The end is nigh. The La Nina that has done its bit to bugger up the weather around the globe in recent months may be finished by March. Good riddance.

Finally, those who dedicate their lives to staring into the endless void of space reckon there are 40 quintillion black holes in the universe.  My Amazon Alexa device informs me that is 40 million trillion black holes. That sure sounds like a lot.

There's more, much more, including plenty of sabre rattling and dire warnings of superpower chicanery but it's just too dreary to continue.
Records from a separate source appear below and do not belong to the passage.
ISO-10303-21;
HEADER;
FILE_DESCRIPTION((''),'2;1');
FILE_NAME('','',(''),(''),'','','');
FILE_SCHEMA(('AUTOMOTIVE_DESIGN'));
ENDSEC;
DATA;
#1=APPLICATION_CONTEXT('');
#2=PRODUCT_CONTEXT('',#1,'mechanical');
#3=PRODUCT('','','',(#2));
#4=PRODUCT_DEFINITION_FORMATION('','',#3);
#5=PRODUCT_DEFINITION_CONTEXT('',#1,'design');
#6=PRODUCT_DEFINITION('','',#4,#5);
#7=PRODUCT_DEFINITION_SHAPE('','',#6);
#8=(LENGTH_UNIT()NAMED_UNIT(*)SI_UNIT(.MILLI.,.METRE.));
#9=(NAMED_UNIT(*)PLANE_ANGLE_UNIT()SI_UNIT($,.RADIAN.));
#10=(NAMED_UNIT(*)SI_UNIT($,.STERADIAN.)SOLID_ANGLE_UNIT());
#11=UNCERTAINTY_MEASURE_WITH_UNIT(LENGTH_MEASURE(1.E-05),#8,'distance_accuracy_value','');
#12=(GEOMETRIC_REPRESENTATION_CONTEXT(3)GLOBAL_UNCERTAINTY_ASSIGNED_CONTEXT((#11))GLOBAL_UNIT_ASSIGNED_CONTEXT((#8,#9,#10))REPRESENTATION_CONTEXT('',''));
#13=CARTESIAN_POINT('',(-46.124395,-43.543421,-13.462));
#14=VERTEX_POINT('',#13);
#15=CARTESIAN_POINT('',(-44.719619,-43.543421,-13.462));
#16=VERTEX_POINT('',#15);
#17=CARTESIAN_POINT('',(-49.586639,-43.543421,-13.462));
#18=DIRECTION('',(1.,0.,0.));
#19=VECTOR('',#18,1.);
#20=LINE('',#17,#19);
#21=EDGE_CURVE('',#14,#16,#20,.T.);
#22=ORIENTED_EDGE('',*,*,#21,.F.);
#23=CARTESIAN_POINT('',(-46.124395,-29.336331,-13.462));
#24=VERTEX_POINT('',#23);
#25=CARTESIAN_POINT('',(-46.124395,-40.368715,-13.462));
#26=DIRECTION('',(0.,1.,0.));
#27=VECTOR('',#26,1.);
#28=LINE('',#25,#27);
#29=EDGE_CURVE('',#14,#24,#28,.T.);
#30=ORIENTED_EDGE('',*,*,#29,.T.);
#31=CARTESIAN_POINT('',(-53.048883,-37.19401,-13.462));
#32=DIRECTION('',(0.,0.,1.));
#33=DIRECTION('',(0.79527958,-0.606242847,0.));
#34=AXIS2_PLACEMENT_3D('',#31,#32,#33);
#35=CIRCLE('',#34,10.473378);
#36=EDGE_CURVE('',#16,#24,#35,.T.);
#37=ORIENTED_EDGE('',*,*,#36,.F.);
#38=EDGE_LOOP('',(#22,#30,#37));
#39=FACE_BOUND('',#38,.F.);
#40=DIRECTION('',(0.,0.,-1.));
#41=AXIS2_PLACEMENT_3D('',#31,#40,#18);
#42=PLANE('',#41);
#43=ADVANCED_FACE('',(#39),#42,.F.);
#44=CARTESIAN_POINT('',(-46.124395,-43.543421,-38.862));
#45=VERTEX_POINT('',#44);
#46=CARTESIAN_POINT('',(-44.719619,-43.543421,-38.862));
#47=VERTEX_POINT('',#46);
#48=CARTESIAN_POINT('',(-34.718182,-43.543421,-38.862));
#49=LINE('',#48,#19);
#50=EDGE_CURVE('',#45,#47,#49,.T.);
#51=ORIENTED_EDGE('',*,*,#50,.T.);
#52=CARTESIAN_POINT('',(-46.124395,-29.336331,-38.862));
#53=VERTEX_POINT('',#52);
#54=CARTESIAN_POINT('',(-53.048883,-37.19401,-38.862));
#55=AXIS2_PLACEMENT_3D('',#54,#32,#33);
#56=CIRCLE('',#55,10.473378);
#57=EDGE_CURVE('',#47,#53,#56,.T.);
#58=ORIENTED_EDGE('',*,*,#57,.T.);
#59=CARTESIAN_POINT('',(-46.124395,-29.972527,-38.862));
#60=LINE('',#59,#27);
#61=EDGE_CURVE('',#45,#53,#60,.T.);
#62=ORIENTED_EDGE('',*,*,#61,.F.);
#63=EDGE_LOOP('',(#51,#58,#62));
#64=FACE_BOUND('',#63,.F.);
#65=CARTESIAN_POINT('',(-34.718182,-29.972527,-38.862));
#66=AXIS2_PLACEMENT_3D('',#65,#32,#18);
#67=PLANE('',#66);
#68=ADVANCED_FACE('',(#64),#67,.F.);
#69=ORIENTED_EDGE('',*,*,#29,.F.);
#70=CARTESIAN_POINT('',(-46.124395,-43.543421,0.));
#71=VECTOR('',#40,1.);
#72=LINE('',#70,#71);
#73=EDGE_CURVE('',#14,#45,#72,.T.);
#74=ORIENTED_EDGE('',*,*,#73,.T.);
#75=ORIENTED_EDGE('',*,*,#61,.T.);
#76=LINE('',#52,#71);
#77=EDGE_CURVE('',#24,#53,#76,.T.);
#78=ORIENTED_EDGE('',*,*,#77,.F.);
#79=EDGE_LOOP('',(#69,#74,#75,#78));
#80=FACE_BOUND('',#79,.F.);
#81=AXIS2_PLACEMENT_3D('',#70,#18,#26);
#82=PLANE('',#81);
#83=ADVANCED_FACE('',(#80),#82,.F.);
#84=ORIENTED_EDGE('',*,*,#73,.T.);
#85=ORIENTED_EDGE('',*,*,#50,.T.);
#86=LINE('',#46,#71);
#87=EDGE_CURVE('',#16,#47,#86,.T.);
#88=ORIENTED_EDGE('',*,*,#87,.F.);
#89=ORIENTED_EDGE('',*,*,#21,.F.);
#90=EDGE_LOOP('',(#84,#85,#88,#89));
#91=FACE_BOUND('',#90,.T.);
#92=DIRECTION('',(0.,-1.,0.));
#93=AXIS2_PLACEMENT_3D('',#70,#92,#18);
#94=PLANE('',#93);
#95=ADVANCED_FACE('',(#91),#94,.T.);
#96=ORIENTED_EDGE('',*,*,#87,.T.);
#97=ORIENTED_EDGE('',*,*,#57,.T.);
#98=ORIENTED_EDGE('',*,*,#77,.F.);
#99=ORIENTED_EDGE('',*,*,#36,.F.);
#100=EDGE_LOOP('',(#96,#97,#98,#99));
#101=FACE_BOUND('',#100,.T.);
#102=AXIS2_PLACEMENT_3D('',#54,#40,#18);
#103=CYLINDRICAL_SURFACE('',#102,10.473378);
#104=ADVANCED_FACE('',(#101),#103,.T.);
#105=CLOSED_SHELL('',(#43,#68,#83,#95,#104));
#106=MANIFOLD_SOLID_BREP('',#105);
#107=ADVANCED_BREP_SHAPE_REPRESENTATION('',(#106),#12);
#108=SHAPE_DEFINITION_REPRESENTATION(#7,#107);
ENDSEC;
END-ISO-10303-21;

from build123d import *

# Parameters (mm, degrees)
F0_W     = 22.812426
F0_H     = 27.141787
F1_DEPTH = 38.862
F2_R     = 10.473378
F3_DEPTH = 25.4


with BuildPart() as f1:
    # F0 (on Top) → F1 (new body)
    with BuildSketch(Plane.XY):
        with Locations((-34.718182, -29.972527)):
            Rectangle(F0_W, F0_H)
    extrude(amount=-F1_DEPTH)

    # F2 (on face) → F3 (intersect)
    with BuildSketch(Plane(origin=(0, 0, -38.862), x_dir=(1, 0, 0), z_dir=(0, 0, -1))):
        with Locations((-53.048883, 37.19401)):
            Circle(F2_R)
    extrude(amount=-F3_DEPTH, mode=Mode.INTERSECT)


solid = f1.part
Besides I think I've already given you plenty of misery to chew on.

Do let me know if you like this format. 


Comments

  1. I think many of us peruse the same or similar news outlets, many on the internet.
    Unfortunately good news does not sell so the bad news is often overblown in the name of sensationalism.
    Sure , it sucks out there but if we let is get us down it will suck even more so.
    I could add even more depressing news to your list but I will not.
    Without something to look forward too life becomes intolerable .
    Even if we accept our fate of runaway global warming , social inequities etc , we can take comfort in making life frigging miserable for those that caused it be so.

    Go down fighting..

    TB

    ReplyDelete
    Replies
    1. Consider civil disobedience, TB, but, if you do, make sure not to breathe a word of it to anyone and certainly never online. Also, try to find something age appropriate. Old bones can only do so much.

      Delete
  2. "A subscription to Google Alerts is not for the faint-hearted. Untreated, it can lead to chronic depression."

    That depends entirely on the search terms in your alert. My feed is quite relaxing and a nice change of pace from 'doom scrolling'.